Direct vs. indirect va. total causal effect
In the model we have fit, the coefficient for discourse status, for instance, along with its standard error, reflects the direct causal effect of this variable. This is to say that the model compares a given and a new recipient (or theme, as the case may be) that are identical on all other variables: They have the same pronominality, definiteness, and length.
Let’s use the {marginaleffects} package (Arel-Bundock, Greifer, and Heiss 2024) to get an estimate of the direct causal effect of recipient discourse status (on the proportion scale). Apparently, it is quite small (88% NPs for a given recipient vs. 82% NPs for recipient that is not given).
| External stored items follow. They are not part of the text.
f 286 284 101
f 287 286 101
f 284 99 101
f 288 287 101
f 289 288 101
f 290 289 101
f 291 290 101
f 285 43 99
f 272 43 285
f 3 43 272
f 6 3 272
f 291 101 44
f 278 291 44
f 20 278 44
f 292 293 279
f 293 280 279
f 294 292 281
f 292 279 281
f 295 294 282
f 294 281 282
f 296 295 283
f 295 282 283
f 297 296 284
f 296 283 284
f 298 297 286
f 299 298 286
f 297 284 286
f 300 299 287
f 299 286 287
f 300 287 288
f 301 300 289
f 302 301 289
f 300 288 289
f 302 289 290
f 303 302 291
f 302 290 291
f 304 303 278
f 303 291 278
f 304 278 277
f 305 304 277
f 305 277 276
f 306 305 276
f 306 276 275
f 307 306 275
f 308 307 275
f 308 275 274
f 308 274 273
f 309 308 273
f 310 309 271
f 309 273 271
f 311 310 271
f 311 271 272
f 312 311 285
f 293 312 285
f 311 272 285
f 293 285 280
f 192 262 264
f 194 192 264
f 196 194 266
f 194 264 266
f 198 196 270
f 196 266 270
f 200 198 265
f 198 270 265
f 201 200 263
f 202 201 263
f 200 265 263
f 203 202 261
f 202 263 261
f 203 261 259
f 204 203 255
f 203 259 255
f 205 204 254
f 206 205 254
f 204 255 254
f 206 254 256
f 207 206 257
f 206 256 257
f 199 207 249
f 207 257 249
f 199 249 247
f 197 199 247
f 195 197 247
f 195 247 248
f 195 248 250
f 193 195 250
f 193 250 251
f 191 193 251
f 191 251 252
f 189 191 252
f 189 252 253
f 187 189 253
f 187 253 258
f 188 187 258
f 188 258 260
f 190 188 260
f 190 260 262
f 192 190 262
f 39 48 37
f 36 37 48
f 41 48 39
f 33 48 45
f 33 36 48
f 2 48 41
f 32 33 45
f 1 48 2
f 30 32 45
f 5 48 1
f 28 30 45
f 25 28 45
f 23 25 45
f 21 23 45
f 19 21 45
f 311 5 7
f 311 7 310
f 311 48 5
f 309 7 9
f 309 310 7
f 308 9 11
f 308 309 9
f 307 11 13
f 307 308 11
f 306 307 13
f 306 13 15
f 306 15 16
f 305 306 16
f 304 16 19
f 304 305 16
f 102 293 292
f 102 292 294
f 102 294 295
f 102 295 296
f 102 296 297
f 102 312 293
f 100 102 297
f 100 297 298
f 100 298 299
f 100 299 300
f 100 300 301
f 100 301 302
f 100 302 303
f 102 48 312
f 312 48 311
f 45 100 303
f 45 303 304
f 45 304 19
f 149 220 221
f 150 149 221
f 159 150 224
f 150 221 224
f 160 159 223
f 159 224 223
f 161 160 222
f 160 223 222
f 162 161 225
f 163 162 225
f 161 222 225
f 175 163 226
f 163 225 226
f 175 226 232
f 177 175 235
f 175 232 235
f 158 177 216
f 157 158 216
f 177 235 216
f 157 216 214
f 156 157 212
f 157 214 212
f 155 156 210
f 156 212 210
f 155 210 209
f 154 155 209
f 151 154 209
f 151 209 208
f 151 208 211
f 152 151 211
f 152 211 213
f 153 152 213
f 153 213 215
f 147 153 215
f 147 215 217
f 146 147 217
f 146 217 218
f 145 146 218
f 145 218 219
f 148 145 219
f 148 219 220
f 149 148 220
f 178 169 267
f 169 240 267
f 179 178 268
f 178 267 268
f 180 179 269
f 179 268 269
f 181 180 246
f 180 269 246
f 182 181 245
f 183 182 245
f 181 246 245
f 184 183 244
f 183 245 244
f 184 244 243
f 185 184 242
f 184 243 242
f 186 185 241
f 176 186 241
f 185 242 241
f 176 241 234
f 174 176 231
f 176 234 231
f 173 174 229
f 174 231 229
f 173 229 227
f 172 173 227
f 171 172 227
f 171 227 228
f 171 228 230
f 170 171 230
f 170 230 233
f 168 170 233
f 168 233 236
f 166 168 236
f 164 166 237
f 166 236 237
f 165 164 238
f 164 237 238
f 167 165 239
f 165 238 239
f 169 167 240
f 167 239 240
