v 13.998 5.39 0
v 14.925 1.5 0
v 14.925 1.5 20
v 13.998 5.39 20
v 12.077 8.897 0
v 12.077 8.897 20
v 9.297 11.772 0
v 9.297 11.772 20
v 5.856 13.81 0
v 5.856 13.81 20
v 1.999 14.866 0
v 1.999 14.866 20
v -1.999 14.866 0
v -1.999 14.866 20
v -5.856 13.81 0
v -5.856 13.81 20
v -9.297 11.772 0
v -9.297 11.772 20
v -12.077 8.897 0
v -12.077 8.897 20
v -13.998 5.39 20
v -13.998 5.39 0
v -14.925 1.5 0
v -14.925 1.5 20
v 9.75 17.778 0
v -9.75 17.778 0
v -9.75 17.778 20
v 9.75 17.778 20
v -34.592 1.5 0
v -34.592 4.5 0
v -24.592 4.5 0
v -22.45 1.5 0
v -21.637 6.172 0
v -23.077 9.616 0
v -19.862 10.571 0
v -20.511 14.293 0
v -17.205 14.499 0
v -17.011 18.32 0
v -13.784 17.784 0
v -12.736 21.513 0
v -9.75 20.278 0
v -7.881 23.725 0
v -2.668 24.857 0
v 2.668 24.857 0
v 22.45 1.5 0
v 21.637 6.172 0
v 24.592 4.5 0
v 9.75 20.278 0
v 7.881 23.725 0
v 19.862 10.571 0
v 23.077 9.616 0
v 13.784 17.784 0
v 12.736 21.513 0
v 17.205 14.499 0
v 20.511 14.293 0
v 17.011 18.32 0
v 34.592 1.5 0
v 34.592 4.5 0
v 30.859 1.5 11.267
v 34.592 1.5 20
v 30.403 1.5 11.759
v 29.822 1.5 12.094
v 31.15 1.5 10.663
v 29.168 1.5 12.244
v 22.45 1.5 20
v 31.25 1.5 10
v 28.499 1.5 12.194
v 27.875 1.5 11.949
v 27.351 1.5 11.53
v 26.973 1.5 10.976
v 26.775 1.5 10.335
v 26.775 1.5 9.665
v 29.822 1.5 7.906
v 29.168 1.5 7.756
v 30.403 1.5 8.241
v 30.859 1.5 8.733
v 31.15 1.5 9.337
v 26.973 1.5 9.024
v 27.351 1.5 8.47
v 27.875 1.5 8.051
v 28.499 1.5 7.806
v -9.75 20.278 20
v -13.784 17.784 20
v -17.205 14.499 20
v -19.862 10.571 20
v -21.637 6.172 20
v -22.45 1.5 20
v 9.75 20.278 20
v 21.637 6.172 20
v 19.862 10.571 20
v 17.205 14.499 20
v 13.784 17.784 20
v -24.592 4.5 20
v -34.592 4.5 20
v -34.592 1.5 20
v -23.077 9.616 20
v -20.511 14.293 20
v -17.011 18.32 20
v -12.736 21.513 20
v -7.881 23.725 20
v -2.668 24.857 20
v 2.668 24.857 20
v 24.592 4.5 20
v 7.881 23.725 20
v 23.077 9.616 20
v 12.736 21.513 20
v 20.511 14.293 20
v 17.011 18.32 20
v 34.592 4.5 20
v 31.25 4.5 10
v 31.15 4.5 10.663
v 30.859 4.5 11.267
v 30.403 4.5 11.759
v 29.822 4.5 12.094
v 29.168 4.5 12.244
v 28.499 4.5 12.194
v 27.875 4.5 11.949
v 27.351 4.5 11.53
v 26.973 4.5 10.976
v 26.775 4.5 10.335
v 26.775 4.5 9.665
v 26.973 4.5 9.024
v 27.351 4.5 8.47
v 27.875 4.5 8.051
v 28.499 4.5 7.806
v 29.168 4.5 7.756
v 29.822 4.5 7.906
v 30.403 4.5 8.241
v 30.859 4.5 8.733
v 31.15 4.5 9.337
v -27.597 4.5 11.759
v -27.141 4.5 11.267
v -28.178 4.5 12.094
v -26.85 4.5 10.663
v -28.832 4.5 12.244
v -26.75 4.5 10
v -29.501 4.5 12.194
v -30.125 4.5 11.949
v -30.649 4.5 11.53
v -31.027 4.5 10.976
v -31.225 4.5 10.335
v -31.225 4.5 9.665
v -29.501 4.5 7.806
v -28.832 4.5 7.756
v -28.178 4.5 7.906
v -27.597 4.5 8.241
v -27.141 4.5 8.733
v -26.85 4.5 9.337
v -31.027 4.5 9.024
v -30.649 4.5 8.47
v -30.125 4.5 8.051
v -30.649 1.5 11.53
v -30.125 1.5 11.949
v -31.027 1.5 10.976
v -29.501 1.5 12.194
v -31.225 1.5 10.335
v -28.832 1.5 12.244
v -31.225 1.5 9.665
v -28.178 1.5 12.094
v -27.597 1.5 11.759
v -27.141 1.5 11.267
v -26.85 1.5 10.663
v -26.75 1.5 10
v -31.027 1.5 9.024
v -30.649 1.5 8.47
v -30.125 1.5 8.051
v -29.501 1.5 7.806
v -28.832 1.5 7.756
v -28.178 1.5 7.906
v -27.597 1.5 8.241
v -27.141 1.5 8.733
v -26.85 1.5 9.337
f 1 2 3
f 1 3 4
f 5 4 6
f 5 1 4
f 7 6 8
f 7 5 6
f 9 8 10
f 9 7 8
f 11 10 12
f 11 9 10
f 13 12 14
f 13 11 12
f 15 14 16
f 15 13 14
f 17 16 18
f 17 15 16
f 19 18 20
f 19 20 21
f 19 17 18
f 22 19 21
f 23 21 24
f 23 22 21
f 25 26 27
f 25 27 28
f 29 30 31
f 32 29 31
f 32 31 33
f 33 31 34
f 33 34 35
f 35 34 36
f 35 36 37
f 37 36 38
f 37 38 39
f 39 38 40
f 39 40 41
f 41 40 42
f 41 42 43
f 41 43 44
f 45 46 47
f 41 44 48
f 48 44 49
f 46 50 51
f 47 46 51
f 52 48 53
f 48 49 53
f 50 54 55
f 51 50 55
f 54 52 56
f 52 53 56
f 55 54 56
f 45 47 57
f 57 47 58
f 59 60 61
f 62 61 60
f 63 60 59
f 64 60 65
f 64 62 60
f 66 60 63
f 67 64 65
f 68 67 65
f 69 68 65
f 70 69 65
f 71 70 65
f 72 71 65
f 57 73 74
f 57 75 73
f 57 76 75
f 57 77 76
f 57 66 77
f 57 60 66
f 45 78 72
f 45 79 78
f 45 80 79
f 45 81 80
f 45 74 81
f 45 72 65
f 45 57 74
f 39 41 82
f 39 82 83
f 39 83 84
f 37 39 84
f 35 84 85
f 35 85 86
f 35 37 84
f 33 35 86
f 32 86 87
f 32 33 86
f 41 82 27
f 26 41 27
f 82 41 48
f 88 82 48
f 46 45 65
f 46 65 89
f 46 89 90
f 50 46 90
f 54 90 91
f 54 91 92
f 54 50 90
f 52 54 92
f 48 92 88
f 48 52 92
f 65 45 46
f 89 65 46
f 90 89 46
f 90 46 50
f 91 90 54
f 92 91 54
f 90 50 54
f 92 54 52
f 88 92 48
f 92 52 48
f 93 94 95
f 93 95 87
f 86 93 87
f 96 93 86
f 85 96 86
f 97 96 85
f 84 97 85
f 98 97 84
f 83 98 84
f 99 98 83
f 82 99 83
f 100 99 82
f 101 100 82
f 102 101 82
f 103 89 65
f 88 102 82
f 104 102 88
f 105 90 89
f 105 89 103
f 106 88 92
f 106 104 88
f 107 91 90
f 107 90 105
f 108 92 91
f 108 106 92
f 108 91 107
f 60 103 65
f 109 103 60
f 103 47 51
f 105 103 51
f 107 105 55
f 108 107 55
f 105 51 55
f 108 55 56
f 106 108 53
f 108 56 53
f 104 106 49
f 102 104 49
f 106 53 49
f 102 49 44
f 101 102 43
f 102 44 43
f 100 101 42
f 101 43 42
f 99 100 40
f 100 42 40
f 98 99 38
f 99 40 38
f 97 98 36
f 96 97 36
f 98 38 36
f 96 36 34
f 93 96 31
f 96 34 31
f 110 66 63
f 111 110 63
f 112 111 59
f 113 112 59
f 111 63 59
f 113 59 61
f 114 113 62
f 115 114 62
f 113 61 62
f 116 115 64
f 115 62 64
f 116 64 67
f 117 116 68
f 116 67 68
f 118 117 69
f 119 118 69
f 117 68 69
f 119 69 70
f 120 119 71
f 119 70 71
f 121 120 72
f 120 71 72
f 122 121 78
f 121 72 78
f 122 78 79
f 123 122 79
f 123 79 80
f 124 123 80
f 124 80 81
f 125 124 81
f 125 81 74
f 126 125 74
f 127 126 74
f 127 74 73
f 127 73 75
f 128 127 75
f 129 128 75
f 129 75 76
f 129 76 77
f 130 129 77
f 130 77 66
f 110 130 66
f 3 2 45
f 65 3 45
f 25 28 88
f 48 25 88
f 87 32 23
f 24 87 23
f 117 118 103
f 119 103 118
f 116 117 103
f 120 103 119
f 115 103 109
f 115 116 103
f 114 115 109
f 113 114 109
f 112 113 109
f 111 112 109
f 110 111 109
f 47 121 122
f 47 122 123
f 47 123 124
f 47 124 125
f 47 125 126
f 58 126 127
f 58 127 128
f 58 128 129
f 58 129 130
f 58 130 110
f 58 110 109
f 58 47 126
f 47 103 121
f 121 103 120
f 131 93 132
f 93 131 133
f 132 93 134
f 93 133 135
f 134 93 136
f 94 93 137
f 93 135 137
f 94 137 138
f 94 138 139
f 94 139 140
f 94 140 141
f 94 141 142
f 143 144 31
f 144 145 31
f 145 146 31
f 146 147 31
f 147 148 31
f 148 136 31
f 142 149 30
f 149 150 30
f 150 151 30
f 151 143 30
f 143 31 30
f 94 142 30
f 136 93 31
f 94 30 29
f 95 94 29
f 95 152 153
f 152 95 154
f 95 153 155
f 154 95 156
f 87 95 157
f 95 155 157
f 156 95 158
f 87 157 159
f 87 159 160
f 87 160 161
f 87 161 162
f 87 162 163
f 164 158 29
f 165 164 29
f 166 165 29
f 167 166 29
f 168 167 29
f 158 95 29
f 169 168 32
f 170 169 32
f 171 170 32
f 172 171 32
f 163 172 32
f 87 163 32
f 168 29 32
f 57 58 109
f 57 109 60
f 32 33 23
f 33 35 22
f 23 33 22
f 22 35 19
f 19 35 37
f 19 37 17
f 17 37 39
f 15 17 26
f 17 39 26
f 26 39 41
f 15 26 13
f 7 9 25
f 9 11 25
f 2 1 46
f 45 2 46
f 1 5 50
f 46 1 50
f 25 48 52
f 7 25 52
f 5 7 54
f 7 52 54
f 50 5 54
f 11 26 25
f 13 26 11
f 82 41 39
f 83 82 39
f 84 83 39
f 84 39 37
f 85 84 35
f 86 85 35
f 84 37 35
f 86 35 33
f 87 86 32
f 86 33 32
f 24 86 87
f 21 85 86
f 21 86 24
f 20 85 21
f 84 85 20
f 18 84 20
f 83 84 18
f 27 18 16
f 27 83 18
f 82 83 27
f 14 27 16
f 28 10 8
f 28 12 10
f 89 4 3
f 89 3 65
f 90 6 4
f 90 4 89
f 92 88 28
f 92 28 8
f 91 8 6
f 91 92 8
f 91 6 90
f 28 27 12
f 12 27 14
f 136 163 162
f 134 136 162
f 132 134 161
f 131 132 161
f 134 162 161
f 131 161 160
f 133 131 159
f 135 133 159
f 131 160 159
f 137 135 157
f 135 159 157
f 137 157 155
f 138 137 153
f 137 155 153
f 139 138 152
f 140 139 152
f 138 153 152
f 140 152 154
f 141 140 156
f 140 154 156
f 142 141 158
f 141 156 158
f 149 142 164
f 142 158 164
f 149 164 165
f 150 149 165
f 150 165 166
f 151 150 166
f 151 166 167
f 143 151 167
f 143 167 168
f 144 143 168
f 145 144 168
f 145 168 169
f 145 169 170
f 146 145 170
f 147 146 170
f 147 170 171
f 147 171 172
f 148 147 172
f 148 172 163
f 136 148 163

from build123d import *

# Parameters (mm, degrees)
PAD_DEPTH    = 20
PAD001_DEPTH = 20
SKETCH002_R  = 2.25
POCKET_DEPTH = 25.001


with BuildPart() as body:
    # Sketch → Pad (new body)
    with BuildSketch(Plane.XY):
        with BuildLine():
            ThreePointArc((-9.75, 20.277759), (-18.637601, 12.605151), (-22.449944, 1.5))
            Line((-22.449944, 1.5), (-14.924812, 1.5))
            ThreePointArc((14.924812, 1.5), (0, 15), (-14.924812, 1.5))
            Line((14.924812, 1.5), (22.449944, 1.5))
            ThreePointArc((22.449944, 1.5), (18.637601, 12.605151), (9.75, 20.277759))
            Line((9.75, 17.777759), (9.75, 20.277759))
            Line((-9.75, 17.777759), (9.75, 17.777759))
            Line((-9.75, 20.277759), (-9.75, 17.777759))
        make_face()
    extrude(amount=PAD_DEPTH)


with BuildPart() as body001:
    # Sketch001 → Pad001 (new body)
    with BuildSketch(Plane.XY):
        with BuildLine():
            ThreePointArc((24.591665, 4.5), (0, 25), (-24.591665, 4.5))
            Line((-24.591665, 4.5), (-34.591665, 4.5))
            Line((-34.591665, 4.5), (-34.591665, 1.5))
            Line((-34.591665, 1.5), (-22.449944, 1.5))
            ThreePointArc((-9.75, 20.277759), (-18.637601, 12.605151), (-22.449944, 1.5))
            Line((-9.75, 20.277759), (9.75, 20.277759))
            ThreePointArc((22.449944, 1.5), (18.637601, 12.605151), (9.75, 20.277759))
            Line((34.591665, 1.5), (22.449944, 1.5))
            Line((34.591665, 4.5), (34.591665, 1.5))
            Line((24.591665, 4.5), (34.591665, 4.5))
        make_face()
    extrude(amount=PAD001_DEPTH)

    # Sketch002 → Pocket (cut, through all)
    with BuildSketch(Plane.XZ):
        with Locations((-29, 10)):
            Circle(SKETCH002_R)
        with Locations((29, 10)):
            Circle(SKETCH002_R)
    extrude(amount=-POCKET_DEPTH, mode=Mode.SUBTRACT)


solid = Compound([body.part, body001.part])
marginaleffects::avg_predictions(
m_full,
variables = "given_rec"
)
given_rec Estimate Std. Error z Pr(>|z|) S 2.5 % 97.5 %
0 0.815 0.01218 66.9 <0.001 Inf 0.791 0.839
1 0.876 0.00899 97.5 <0.001 Inf 0.859 0.894
Type: response According to Figure 1, however, the predictor discourse status also affects the realization of the recipient indirectly, through other causal channels. Specifically, there are four other pathways:
discourse status->definiteness->NPdiscourse status->length->NPdiscourse status->pronominality->NPdiscourse status->pronominality->length->NP
Aggregating over these four indirect pathways, we obtain the indirect effect of discourse status on the realization of the recipient. Once a DAG is drawn, then, we can distinguish between direct effects and indirect effects. The direct effect is represented by the arrow going from discourse status into NP:
discourse status->NP
The indirect effect, on the other hand, is the sum of the indirect causal pathways. The total effect of discourse status is the sum of the direct and all indirect effects.
Importantly, the coefficients returned by regression models always reflect direct effects. This means that if the model includes predictors that transmit indirect effects, these indirect effects will not be reflected in the coefficients. If we would like a regression coefficient to return an estimate of the total causal effect of a predictor, we must leave all indirect pathways open. This means that we must not adjust for those variables that transmit an indirect effect. According to Figure 1, a regression model that addresses the total causal effect of discourse status must not include any of the other predictors.
Let us fit such a model:
m_marginal_given <- glm(
NP ~ given_rec,
family = binomial,
data = dative_give)And then we use {marginaleffects} to get an estimate of the total causal effect of the discourse status of the recipient (again on the proportion scale). This association is much larger: 93% NPs for a given recipient vs. 57% NPs for a recipient that is not given.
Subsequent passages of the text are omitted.